In two and a half days they have presold through the first expected container and are now into our second. We will only receive two containers on the initial shipment. If you are planning to get a set or more of these tires please do not wait. Get your preorder in now to avoid missing first availability on these on the Outlaw 2 ATV tires. 

Email [email protected]


----------



## jctgumby

I will have a set...But I think I am going to wait til next spring...I guess if the wife is going to let me buy the Can Am Xmr I will at least wait a little bit before I tell her I need to buy another new set of tires lol


----------



## JPs300

I'm "sitting on go", waiting for the deal to go through on my honda.


----------



## Waddaman

*If anybody missed it...*

Highlifter got there first batch of outlaw 2's today. They had a problem with them though. The "manufacturer" made them too heavy, so the first 2 crates they have right now, are Heavier then the set goal weight, which will be in the new crates later on.

CURRENT "Discounted mistakes"- 
29.5x9x14= 51 pounds PER TIRE
29.5x11x14= 59 pounds PER TIRE

Being made "Actual weight" - 
29.5x9x14= 44 pounds PER TIRE
29.5x11x14= 52 pounds PER TIRE

My thought: Great looking tire no doubt the best mud tire but, way to heavy for my taste, Even with a 1000 can am... The actual weight Outlaw 2's weight is more then regular 31's, And as seen in pics are quite similar except for 31's are over sized and lacking side lugs. Ill be getting some 31's for my new renegade (once I get it) and ill wait for them to make a bigger size Outlaw 2, and hopefully they will remove this weight problem...


----------



## tx_brute_rider

Well if they are heavier then the current 31's, that is just BS. They need to put those 29.5's on a diet,IMO. How is the enormous 31's going to be lighter then the 29.5's:33:... HL needs to settle this straight.


----------



## JPs300

Seems a lot of people somehow can't understand that a tire with a larger main lug plus a full wrapped around side lug is going to weigh more. Simple physics, there's more rubber in those lugs than there is in 1" of carcass. 

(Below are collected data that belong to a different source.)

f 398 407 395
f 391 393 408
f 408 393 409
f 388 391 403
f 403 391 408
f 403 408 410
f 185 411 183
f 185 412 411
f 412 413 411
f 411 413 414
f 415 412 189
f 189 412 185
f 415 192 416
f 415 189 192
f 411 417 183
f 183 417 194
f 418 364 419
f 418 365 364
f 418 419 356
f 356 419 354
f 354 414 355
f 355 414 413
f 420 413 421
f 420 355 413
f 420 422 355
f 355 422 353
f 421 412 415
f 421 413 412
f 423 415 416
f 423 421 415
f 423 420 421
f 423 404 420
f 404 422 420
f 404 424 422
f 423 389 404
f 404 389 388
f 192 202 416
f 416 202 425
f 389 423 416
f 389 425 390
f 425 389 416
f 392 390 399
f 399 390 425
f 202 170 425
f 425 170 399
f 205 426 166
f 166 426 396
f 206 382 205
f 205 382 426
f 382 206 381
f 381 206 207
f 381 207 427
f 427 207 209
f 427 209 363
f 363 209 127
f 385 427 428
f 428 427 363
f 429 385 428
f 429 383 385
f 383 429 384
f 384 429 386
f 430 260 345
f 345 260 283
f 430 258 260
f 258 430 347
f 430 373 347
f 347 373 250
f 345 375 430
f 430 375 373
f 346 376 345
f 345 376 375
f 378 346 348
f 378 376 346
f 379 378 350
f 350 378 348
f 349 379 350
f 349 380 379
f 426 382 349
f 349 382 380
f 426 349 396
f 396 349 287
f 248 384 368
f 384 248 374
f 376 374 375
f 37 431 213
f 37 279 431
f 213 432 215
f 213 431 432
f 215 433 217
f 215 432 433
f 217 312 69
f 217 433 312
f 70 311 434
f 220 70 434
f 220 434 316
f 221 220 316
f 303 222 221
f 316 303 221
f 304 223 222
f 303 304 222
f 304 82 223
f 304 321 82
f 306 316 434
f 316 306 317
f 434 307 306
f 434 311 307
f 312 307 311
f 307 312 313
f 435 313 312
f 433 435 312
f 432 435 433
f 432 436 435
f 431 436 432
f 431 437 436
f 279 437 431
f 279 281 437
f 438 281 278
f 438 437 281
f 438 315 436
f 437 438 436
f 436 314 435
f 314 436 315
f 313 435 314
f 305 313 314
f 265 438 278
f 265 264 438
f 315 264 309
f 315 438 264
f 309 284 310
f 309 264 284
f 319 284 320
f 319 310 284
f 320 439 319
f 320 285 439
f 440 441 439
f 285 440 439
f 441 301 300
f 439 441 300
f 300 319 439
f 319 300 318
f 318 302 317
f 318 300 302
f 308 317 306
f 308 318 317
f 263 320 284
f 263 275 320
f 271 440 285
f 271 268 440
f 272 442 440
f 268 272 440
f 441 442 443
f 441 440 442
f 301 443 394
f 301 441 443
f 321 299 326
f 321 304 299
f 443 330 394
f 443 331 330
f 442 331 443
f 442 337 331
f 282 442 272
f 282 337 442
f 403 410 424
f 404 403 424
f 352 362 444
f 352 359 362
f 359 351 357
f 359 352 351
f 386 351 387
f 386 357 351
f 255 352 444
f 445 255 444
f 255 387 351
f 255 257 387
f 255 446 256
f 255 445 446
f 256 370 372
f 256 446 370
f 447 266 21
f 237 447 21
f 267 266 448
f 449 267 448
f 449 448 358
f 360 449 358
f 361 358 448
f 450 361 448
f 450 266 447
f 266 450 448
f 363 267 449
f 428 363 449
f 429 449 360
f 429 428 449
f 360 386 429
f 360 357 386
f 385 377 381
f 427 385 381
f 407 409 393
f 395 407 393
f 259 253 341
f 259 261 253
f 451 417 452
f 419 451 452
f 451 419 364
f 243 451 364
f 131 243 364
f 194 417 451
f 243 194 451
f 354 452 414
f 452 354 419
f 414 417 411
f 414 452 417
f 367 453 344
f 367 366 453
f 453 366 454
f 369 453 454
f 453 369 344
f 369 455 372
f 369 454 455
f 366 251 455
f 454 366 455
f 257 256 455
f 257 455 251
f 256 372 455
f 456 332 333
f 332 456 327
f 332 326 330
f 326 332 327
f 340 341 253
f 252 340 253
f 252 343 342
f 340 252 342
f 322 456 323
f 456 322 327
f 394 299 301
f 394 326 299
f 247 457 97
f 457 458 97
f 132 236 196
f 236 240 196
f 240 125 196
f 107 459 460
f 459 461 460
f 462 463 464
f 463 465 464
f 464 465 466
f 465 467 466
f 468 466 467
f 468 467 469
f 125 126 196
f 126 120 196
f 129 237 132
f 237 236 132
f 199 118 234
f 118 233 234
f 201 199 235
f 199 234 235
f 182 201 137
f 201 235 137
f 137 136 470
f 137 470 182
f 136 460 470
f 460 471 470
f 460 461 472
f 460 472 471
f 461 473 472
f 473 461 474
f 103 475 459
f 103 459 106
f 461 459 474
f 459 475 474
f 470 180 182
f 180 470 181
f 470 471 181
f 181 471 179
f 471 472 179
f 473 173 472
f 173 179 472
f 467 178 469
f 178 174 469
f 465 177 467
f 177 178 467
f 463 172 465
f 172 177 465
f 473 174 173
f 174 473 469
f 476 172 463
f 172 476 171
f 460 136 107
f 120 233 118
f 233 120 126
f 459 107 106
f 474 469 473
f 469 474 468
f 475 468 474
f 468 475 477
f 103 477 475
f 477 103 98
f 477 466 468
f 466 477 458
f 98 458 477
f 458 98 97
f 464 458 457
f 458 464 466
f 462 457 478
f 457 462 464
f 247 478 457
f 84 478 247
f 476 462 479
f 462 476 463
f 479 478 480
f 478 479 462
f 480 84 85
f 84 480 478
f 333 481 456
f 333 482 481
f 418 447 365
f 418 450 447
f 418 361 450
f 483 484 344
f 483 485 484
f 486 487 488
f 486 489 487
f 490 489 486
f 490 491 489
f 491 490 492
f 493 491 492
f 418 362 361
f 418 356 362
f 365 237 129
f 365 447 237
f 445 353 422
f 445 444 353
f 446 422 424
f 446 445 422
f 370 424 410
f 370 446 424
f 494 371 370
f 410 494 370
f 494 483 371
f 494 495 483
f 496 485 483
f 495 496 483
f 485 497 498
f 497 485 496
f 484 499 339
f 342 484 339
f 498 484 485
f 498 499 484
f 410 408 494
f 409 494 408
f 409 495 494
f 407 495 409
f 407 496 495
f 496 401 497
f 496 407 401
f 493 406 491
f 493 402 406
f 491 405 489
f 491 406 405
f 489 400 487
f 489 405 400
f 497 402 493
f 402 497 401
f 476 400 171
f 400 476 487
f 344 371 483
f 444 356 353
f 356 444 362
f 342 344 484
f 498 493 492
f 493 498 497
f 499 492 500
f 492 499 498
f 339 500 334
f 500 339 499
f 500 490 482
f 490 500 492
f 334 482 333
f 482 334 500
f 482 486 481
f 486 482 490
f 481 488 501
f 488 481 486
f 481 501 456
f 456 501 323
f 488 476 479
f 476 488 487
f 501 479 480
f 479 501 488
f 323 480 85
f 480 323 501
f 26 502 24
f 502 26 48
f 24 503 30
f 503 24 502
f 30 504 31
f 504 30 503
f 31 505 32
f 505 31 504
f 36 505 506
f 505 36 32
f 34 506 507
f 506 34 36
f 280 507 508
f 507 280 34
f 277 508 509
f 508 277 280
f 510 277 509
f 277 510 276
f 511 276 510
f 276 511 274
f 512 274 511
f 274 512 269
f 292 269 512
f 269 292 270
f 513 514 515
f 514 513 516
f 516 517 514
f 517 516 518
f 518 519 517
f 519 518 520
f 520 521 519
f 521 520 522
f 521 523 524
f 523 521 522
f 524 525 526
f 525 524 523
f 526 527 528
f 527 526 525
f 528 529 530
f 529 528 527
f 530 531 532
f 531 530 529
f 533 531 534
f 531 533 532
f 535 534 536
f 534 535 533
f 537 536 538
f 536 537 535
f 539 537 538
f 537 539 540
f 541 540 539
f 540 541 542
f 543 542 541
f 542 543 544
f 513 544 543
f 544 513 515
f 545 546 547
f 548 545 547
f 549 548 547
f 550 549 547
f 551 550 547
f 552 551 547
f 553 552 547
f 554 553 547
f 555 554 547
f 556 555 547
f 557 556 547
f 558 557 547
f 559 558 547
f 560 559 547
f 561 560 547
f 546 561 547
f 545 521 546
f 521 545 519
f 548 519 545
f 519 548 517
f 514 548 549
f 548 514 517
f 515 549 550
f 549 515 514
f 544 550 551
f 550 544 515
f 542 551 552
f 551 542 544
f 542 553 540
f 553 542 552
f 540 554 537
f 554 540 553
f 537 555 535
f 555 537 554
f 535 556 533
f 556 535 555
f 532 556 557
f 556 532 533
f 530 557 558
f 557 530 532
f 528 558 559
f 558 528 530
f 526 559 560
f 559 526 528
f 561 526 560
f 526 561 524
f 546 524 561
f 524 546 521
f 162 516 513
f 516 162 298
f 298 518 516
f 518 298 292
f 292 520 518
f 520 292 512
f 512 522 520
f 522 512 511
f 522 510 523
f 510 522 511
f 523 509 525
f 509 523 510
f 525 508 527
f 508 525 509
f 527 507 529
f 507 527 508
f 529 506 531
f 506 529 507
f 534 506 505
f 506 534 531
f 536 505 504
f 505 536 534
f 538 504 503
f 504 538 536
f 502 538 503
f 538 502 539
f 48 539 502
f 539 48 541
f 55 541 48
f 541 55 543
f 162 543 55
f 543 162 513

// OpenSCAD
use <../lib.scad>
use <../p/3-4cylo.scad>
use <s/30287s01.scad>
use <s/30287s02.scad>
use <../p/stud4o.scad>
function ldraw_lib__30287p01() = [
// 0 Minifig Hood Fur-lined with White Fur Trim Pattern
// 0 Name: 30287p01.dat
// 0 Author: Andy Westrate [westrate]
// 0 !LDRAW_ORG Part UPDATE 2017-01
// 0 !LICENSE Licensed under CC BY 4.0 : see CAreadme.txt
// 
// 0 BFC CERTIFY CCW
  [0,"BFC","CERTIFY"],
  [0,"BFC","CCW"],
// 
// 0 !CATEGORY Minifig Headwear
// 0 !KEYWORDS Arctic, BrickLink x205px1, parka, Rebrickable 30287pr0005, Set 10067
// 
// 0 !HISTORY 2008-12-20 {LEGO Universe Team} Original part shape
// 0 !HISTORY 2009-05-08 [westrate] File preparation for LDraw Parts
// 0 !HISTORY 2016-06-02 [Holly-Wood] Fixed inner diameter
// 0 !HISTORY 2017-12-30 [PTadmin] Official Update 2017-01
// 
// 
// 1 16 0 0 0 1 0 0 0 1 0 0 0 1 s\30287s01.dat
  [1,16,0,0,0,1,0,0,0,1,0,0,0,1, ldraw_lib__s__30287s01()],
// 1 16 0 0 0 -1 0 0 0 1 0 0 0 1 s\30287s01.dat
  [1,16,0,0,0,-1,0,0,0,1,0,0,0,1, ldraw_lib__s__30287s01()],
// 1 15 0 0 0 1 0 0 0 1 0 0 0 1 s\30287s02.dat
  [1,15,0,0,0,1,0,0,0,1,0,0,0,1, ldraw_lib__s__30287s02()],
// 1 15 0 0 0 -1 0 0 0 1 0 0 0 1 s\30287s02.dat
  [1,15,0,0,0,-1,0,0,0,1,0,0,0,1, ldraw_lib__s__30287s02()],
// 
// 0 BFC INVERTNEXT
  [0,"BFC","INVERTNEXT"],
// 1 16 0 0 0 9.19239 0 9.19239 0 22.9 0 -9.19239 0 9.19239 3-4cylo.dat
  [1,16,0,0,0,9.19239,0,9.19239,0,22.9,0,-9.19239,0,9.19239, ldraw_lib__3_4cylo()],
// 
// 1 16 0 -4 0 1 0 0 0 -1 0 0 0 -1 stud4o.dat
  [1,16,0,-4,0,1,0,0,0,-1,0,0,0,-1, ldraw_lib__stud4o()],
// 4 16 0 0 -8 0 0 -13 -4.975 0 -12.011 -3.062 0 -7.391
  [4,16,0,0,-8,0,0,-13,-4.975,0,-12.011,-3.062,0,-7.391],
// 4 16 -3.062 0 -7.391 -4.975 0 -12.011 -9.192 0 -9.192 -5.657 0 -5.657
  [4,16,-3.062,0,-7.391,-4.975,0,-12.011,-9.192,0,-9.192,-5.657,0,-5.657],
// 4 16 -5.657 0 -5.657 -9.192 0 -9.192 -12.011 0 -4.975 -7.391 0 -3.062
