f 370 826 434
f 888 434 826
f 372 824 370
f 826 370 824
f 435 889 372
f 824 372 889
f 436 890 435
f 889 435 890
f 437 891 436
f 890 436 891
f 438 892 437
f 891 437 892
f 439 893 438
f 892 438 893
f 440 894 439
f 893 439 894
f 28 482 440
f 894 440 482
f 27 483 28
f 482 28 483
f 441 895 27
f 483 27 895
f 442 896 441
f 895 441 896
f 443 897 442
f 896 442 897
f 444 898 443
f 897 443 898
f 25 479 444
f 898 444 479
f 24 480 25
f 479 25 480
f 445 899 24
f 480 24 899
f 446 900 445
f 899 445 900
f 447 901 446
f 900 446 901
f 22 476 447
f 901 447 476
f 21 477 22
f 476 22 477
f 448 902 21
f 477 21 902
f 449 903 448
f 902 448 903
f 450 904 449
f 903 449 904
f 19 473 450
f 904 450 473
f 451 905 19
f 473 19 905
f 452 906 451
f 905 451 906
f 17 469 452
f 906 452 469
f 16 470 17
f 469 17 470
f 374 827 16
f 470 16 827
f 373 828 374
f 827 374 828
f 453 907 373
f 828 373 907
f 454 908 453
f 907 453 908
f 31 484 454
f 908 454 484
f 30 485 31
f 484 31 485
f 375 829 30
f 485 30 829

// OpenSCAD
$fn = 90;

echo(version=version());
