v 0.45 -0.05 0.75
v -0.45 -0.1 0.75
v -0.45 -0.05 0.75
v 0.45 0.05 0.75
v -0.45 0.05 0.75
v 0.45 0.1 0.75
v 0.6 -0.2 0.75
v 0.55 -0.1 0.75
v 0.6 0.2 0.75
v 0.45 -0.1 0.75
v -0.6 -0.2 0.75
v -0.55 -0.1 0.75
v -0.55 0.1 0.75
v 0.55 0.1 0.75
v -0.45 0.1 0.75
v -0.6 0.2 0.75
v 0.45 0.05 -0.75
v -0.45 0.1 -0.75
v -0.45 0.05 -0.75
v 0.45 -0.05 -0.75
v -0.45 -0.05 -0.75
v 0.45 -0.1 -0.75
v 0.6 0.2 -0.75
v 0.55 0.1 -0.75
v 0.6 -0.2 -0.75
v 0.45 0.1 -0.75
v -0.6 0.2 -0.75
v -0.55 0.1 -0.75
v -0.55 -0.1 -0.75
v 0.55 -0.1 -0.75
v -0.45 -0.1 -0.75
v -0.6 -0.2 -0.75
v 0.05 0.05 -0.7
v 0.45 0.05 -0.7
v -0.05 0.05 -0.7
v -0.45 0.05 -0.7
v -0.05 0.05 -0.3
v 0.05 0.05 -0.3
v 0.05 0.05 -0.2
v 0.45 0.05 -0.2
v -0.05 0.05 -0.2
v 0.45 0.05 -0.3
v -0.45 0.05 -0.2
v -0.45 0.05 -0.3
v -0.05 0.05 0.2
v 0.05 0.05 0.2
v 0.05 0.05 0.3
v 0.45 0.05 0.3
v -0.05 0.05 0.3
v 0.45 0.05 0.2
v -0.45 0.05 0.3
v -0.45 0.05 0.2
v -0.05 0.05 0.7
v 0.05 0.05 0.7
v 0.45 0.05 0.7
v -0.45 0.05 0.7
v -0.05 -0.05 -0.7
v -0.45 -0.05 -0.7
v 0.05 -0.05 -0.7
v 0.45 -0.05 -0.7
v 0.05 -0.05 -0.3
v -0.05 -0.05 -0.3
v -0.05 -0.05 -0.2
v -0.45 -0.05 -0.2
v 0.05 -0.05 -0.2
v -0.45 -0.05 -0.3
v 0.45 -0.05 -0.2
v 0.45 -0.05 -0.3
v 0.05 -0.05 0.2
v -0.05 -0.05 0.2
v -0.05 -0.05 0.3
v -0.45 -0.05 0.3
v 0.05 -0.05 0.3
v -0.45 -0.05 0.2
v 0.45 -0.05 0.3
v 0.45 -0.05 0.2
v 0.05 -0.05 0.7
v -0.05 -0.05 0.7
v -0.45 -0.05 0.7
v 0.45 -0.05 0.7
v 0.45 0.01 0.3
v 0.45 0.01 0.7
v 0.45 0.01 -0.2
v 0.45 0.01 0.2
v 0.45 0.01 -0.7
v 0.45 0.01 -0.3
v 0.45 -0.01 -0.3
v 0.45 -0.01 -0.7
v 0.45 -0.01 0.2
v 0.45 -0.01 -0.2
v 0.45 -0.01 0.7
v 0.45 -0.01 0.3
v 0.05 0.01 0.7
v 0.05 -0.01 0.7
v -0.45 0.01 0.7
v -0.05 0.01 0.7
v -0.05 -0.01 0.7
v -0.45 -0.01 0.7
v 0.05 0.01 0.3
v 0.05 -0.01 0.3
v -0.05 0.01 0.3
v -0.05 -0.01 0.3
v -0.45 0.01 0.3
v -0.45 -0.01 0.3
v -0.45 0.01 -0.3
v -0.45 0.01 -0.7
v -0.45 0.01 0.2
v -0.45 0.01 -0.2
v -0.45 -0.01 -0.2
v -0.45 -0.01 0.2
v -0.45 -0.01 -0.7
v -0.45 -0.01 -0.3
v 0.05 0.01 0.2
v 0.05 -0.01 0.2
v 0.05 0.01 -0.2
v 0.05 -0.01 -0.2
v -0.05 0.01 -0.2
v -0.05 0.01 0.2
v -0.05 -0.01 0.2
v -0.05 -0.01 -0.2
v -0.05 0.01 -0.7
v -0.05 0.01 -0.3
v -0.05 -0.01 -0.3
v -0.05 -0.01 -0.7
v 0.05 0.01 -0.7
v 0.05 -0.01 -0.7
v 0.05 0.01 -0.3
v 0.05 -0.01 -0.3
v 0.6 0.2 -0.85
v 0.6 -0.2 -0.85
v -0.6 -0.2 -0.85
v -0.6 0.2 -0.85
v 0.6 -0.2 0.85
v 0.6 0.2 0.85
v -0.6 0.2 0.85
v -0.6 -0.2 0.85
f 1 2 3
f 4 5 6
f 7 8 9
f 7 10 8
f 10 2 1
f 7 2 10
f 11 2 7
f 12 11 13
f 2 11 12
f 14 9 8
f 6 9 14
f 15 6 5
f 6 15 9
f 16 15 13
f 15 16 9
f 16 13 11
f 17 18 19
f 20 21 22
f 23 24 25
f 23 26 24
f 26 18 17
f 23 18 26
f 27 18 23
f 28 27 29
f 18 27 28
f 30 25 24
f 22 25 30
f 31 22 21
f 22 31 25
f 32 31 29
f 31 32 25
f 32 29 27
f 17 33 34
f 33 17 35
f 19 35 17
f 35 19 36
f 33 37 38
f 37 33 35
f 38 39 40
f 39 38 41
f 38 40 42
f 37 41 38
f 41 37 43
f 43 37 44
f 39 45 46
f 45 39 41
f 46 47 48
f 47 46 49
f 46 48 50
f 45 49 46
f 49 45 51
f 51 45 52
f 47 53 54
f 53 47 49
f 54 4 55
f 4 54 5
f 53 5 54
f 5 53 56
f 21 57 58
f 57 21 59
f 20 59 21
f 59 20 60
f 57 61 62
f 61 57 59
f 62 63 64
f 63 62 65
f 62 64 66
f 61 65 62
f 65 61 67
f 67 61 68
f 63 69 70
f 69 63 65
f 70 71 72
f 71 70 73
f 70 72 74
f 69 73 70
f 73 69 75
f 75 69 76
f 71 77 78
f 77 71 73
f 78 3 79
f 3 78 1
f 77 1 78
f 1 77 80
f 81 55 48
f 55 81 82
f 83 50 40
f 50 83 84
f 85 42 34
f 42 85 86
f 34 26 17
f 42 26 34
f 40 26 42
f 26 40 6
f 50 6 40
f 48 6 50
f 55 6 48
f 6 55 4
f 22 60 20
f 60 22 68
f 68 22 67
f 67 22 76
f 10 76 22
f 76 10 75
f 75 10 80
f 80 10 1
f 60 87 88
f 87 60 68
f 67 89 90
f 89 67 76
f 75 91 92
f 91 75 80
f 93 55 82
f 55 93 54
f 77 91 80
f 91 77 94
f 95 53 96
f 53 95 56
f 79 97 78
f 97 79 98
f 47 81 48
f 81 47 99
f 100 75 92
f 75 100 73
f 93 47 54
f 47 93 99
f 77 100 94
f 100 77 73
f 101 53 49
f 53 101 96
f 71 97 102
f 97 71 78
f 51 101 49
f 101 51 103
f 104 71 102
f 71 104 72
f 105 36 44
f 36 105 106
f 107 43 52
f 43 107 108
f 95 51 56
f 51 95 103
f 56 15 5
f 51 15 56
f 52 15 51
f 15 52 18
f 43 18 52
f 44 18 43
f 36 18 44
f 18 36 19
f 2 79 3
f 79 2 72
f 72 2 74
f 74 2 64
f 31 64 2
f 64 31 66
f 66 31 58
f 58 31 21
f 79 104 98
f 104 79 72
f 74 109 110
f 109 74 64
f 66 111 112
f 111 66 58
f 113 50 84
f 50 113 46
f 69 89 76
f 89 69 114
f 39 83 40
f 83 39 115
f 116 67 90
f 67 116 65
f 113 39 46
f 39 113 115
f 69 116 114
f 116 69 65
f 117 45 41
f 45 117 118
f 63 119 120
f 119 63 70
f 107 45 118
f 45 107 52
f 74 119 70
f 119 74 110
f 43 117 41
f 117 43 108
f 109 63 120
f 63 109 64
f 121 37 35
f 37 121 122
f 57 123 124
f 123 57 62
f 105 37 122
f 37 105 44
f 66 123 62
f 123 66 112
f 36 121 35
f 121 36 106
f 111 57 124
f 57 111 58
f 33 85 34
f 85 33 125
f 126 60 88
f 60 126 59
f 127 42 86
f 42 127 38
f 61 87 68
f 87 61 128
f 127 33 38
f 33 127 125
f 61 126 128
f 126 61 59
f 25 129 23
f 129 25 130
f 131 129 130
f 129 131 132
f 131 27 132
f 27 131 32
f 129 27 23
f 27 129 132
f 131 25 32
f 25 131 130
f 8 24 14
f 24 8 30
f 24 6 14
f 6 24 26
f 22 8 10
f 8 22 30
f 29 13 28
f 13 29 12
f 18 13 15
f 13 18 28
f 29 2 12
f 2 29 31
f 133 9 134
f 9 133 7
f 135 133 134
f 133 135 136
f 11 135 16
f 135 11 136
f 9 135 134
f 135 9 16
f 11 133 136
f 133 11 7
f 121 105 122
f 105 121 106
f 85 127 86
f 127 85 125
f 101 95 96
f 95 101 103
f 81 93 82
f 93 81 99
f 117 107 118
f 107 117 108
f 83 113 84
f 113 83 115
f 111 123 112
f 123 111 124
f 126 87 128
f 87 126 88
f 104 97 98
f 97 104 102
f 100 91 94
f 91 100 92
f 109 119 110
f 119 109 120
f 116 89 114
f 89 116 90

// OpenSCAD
module Window_01(){  
    color("#A1662F"){
    difference(){

        cube([1,0.1,1.5],center = true);

        translate([0.25,0,0.5])
        cube([0.4,0.2,0.4],center = true);

        translate([-0.25,0,0.5])
        cube([0.4,0.2,0.4],center = true);

        translate([0.25,0,0])
        cube([0.4,0.2,0.4],center = true);

        translate([-0.25,0,0])
        cube([0.4,0.2,0.4],center = true);

        translate([-0.25,0,-0.5])
        cube([0.4,0.2,0.4],center = true);

        translate([0.25,0,-0.5])
        cube([0.4,0.2,0.4],center = true);

    }

    translate([0,0,-0.8])
    cube([1.2,0.4,0.1],center = true);

    translate([0.5,0,-0])
    cube([0.1,0.2,1.5],center = true);

    translate([-0.5,0,-0])
    cube([0.1,0.2,1.5],center = true);

    translate([-0,0,0.8])
    cube([1.2,0.4,0.1],center = true);
    
    }
    color("#a7c7cb"){
    cube([1,0.02,1.4],center = true);
    }
}


Window_01();

// Written by Nicolì Angelo (Gengio) 2024: 
// MIT License

//Permission is hereby granted, free of charge, to any person obtaining a copy of this software and associated documentation files (the "Software"), to deal in the Software without restriction, including without limitation the rights to use, copy, modify, merge, publish, distribute, sublicense, and/or sell copies of the Software, and to permit persons to whom the Software is furnished to do so, subject to the following conditions:

//The above copyright notice and this permission notice shall be included in all copies or substantial portions of the Software.

//THE SOFTWARE IS PROVIDED "AS IS", WITHOUT WARRANTY OF ANY KIND, EXPRESS OR IMPLIED, INCLUDING BUT NOT LIMITED TO THE WARRANTIES OF MERCHANTABILITY, FITNESS FOR A PARTICULAR PURPOSE AND NONINFRINGEMENT. IN NO EVENT SHALL THE AUTHORS OR COPYRIGHT HOLDERS BE LIABLE FOR ANY CLAIM, DAMAGES OR OTHER LIABILITY, WHETHER IN AN ACTION OF CONTRACT, TORT OR OTHERWISE, ARISING FROM, OUT OF OR IN CONNECTION WITH THE SOFTWARE OR THE USE OR OTHER DEALINGS IN THE SOFTWARE.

Still considerably less than a mamba, and still within reason of any other tire with comperable abilities. 




I'd love to have a set for the kitty, but it's just not in the budget right now. Need to first deal with warrantying these terms that leak through the lettering in the sidewall.....


----------



## Waddaman

We know there obviously going to be heavier, but that's too heavy for any ATV tire id run, that weight is just ridiculous. Bigger lugs and a nastier tire means little if you can't turn em.


----------



## Brute650i

If you wanna run the biggest and baddest you gotta spend the money to run the biggest and baddest. Whether it be laws, backs or any of the others.


----------



## JLOWERY

I really doubt this is going to be the baddest and sure ain't the biggest I never thought I would see a 29.5 weigh as much as a mamba or 32 back I bet this is why HIGHLIFTER was keeping the weight so "hush hush". Should've known something was up. These are supposed to be the wides looks like a 60lb skinny
















Sent from my DROID X2 using Tapatalk


----------



## Brute650i

I wasn't specifically talking about them just in general. To me those pics look like the 12" 29.5 but it could be just me looking on phone.


----------



## JLOWERY

From left to right 29.5-12-12 next the new Outlaw 2 in 29.5-11-14 and last 32-11-14 Silverback. The middle tire is the new Outlaw 2 in a wide the old school 29.5 is 3" wider

Sent from my DROID X2 using Tapatalk


----------



## bluebrute750

JPs300 said:


> Seems a lot of people somehow can't understand that a tire with a larger main lug plus a full wrapped around side lug is going to weigh more. Simple physics, there's more rubber in those lugs than there is in 1" of carcass.
> 
> Still considerably less than a mamba, and still within reason of any other tire with comperable abilities.
> 
> 
> 
> 
> I'd love to have a set for the kitty, but it's just not in the budget right now. Need to first deal with warrantying these terms that leak through the lettering in the sidewall.....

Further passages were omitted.